Oak Investment Partners XII, Limited Partnership v Boughtwood & Ors
[2009] EWHC 176 (Ch)
Case details
Case summary
This was a first instance unfair prejudice petition and cross-petition under section 994 of the Companies Act 2006 concerning the conduct of the affairs of QED and its principal trading subsidiary PML. The court held that the petition by Oak was well founded: Mr Boughtwood had acted in a manner unfairly prejudicial to Oak by repeatedly exceeding his agreed management role, obstructing and disrupting the management team, refusing reasonably to consider further financing, and by effecting a surprise board coup on 24 June 2008 which destroyed the relationship of trust and confidence in the quasi-partnership. The judge treated Oak's narrower non-disclosures (for example the Kroll report and initial contact about Chrysler) as relatively minor and not causative of Oak's loss. The primary remedy granted was an order under section 996 requiring Mr Boughtwood to sell his shares in QED to Oak.
Case abstract
The dispute arose after Oak invested in PML and a group restructuring created QED as holding company for PML and other subsidiaries. Oak and Mr Boughtwood were principal shareholders and had operated in a quasi-partnership with agreed management roles: Mr Boughtwood as CTO, and a CEO and COO independent of the founder to run day-to-day operations. Oak sought relief for unfair prejudice under s.994 alleging that Mr Boughtwood had sought improper managerial control, obstructed fundraising and, crucially, staged a takeover of QED's board on 24 June 2008 which prevented the acceptance of a timely financing proposal and disrupted the management team. Mr Boughtwood counter-claimed alleging conspiracy and that Oak and management had excluded him and sought to run the company into insolvency to acquire it cheaply.

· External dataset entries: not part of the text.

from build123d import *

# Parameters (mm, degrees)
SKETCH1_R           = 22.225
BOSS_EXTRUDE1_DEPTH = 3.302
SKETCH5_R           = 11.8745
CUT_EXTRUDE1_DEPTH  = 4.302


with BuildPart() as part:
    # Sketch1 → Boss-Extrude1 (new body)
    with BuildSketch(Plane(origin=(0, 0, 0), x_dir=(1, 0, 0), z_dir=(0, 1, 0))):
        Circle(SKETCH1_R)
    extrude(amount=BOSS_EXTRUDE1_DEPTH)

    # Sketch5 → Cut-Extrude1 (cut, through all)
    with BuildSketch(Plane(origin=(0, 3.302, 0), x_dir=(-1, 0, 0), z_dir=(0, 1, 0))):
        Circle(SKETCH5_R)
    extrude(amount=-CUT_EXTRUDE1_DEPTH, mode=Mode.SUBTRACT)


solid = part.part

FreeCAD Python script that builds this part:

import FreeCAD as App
import Part
import Sketcher
from FreeCAD import Vector
Q = App.Units.Quantity

doc = App.newDocument("Part")
body = doc.addObject("PartDesign::Body", "Body")

sketch1 = doc.addObject("Sketcher::SketchObject", "Sketch")
body.addObject(sketch1)
sketch1.AttachmentSupport = (doc.XZ_Plane, [""])
sketch1.MapMode = "FlatFace"
sketch1.addGeometry(Part.Circle(Vector(0, 0, 0), Vector(0, 0, 1), 22), False)
sketch1.addConstraint(Sketcher.Constraint("Coincident", 0, 3, -1, 1))
sketch1.addConstraint(Sketcher.Constraint("Diameter", 0, Q("1.75 in")))
pad1 = doc.addObject("PartDesign::Pad", "Pad")
body.addObject(pad1)
pad1.Profile = sketch1
pad1.Length = Q("0.13 in")
pad1.Reversed = True

sketch2 = doc.addObject("Sketcher::SketchObject", "Sketch001")
body.addObject(sketch2)
sketch2.AttachmentSupport = (doc.XZ_Plane, [""])
sketch2.MapMode = "FlatFace"
sketch2.AttachmentOffset = App.Placement(Vector(0, 0, -0.13 * 25.4), App.Rotation())
sketch2.addGeometry(Part.Circle(Vector(0, 0, 0), Vector(0, 0, 1), 12), False)
sketch2.addConstraint(Sketcher.Constraint("Coincident", 0, 3, -1, 1))
sketch2.addConstraint(Sketcher.Constraint("Diameter", 0, Q("0.935 in")))
pocket1 = doc.addObject("PartDesign::Pocket", "Pocket")
body.addObject(pocket1)
pocket1.Profile = sketch2
pocket1.Type = "ThroughAll"
pocket1.Reversed = True

doc.recompute()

The issues identified by the court were whether: (i) conduct by a shareholder/manager that exceeded agreed managerial authority could amount to conduct of the company's affairs for the purposes of s.994; (ii) on the facts Mr Boughtwood's conduct was unfairly prejudicial; (iii) Oak had itself acted in an unfair manner by withholding material information; and (iv) what relief was appropriate.

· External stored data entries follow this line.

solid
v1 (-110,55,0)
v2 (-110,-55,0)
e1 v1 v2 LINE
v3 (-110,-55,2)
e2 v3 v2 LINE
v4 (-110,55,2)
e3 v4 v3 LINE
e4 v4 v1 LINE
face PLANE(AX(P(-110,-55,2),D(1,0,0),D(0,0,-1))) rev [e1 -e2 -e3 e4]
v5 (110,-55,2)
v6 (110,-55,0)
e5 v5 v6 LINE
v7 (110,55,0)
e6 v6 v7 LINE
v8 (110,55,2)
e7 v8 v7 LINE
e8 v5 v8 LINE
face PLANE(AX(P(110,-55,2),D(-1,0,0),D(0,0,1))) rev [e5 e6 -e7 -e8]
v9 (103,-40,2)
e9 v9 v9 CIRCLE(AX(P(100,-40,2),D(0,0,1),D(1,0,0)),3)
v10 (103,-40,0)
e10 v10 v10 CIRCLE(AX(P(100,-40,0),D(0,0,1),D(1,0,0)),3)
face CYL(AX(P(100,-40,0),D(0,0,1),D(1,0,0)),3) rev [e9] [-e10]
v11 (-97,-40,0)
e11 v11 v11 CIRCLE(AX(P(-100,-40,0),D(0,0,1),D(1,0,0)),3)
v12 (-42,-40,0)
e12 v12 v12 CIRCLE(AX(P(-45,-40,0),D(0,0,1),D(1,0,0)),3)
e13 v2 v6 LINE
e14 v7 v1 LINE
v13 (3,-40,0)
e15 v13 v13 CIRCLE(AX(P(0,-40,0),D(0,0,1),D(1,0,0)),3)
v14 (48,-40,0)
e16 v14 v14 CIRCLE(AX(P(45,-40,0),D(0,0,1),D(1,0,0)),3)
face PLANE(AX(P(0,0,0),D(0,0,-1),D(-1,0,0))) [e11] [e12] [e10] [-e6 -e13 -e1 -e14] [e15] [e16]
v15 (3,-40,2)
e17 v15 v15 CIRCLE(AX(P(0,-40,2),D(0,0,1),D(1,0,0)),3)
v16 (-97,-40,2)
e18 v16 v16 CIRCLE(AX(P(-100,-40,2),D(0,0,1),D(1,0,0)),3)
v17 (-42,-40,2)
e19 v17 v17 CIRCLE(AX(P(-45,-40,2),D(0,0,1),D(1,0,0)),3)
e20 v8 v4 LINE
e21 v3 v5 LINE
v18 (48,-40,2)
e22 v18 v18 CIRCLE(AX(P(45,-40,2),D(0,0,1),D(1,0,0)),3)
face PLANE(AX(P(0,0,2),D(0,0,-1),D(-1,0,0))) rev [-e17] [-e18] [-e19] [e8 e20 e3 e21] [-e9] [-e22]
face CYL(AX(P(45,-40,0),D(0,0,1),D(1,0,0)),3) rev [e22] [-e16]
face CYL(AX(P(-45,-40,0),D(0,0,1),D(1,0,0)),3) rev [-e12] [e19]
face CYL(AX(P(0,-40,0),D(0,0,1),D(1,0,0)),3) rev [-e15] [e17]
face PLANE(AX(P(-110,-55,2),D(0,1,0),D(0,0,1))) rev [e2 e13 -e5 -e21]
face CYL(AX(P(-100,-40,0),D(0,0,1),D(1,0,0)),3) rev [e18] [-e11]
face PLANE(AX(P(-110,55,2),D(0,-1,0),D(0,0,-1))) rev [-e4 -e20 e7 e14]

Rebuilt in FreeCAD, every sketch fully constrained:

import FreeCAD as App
import Part
import Sketcher

V = App.Vector
Q = App.Units.Quantity

doc = App.newDocument("Part")
params = doc.addObject("Spreadsheet::Sheet", "Params")
for row, (alias, value) in enumerate([
    ("sketch1_width", "220 mm"),
    ("sketch1_height", "110 mm"),
    ("pad1_length", "2 mm"),
    ("sketch2_diameter", "6 mm"),
], start=1):
    params.set(f"A{row}", alias)
    params.set(f"B{row}", "=" + value)
    params.setAlias(f"B{row}", alias)

body = doc.addObject("PartDesign::Body", "Body")

# Sketch on XY plane
sketch1 = body.newObject("Sketcher::SketchObject", "Sketch")
sketch1.AttachmentSupport = (doc.getObject("XY_Plane"), [""])
sketch1.MapMode = "FlatFace"
sketch1.addGeometry(Part.LineSegment(V(-110, 55, 0), V(-110, -55, 0)), False)
sketch1.addGeometry(Part.LineSegment(V(-110, -55, 0), V(110, -55, 0)), False)
sketch1.addGeometry(Part.LineSegment(V(110, -55, 0), V(110, 55, 0)), False)
sketch1.addGeometry(Part.LineSegment(V(110, 55, 0), V(-110, 55, 0)), False)
sketch1.addConstraint(Sketcher.Constraint("Coincident", 0, 2, 1, 1))
sketch1.addConstraint(Sketcher.Constraint("Coincident", 1, 2, 2, 1))
sketch1.addConstraint(Sketcher.Constraint("Coincident", 2, 2, 3, 1))
sketch1.addConstraint(Sketcher.Constraint("Coincident", 3, 2, 0, 1))
sketch1.addConstraint(Sketcher.Constraint("Vertical", 0))
sketch1.addConstraint(Sketcher.Constraint("Horizontal", 1))
sketch1.addConstraint(Sketcher.Constraint("Vertical", 2))
sketch1.addConstraint(Sketcher.Constraint("Horizontal", 3))
sketch1.addConstraint(Sketcher.Constraint("Symmetric", 0, 2, 2, 2, -1, 1))
sketch1.addConstraint(Sketcher.Constraint("DistanceX", 1, 1, 1, 2, Q("220 mm")))
sketch1.addConstraint(Sketcher.Constraint("DistanceY", 0, 2, 0, 1, Q("110 mm")))
sketch1.setExpression("Constraints[9]", "Params.sketch1_width")
sketch1.setExpression("Constraints[10]", "Params.sketch1_height")
pad1 = body.newObject("PartDesign::Pad", "Pad")
pad1.Profile = sketch1
pad1.setExpression("Length", "Params.pad1_length")

# Sketch on XY plane
sketch2 = body.newObject("Sketcher::SketchObject", "Sketch001")
sketch2.AttachmentSupport = (doc.getObject("XY_Plane"), [""])
sketch2.MapMode = "FlatFace"
sketch2.AttachmentOffset = App.Placement(V(0, 0, 2), App.Rotation())
sketch2.addGeometry(Part.Circle(V(-100, -40, 0), V(0, 0, 1), 3), False)
sketch2.addGeometry(Part.Circle(V(0, -40, 0), V(0, 0, 1), 3), False)
sketch2.addGeometry(Part.Circle(V(-45, -40, 0), V(0, 0, 1), 3), False)
sketch2.addGeometry(Part.Circle(V(45, -40, 0), V(0, 0, 1), 3), False)
sketch2.addGeometry(Part.Circle(V(100, -40, 0), V(0, 0, 1), 3), False)
sketch2.addConstraint(Sketcher.Constraint("Equal", 0, 1))
sketch2.addConstraint(Sketcher.Constraint("Equal", 1, 2))
sketch2.addConstraint(Sketcher.Constraint("Equal", 2, 3))
sketch2.addConstraint(Sketcher.Constraint("Equal", 3, 4))
sketch2.addConstraint(Sketcher.Constraint("Symmetric", 2, 3, 3, 3, -2))
sketch2.addConstraint(Sketcher.Constraint("Symmetric", 0, 3, 4, 3, -2))
sketch2.addConstraint(Sketcher.Constraint("PointOnObject", 1, 3, -2))
sketch2.addConstraint(Sketcher.Constraint("Horizontal", 0, 3, 1, 3))
sketch2.addConstraint(Sketcher.Constraint("Horizontal", 1, 3, 2, 3))
sketch2.addConstraint(Sketcher.Constraint("Diameter", 0, Q("6 mm")))
sketch2.addConstraint(Sketcher.Constraint("DistanceX", 0, 3, -1, 1, Q("100 mm")))
sketch2.addConstraint(Sketcher.Constraint("DistanceY", 0, 3, -1, 1, Q("40 mm")))
sketch2.addConstraint(Sketcher.Constraint("DistanceX", 2, 3, -1, 1, Q("45 mm")))
sketch2.setExpression("Constraints[9]", "Params.sketch2_diameter")
pocket1 = body.newObject("PartDesign::Pocket", "Pocket")
pocket1.Profile = sketch2
pocket1.Type = "ThroughAll"

doc.recompute()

The judge analysed the legal framework (noting O'Neill v Phillips and related authorities) and accepted that managerial conduct in breach of agreed duties can, in principle, be conduct of the company's affairs under s.994. Applying the legal tests to the facts he found that: (a) the parties had agreed a demarcation of roles and that Oak was entitled to stand back from day-to-day management while retaining strategic protections (including anti-dilution); (b) Mr Boughtwood repeatedly interfered beyond his CTO role, undermining the management team; (c) he unreasonably resisted realistic fundraising options and lied about funding availability; (d) the 24 June coup destroyed the trust and deprived Oak of a real chance of timely finance (notably the Smith Family/SCDC option) and thereby prejudiced Oak; and (e) Oak's failures to disclose the Kroll report and initial Chrysler contact were not dishonest or causative of Oak's loss.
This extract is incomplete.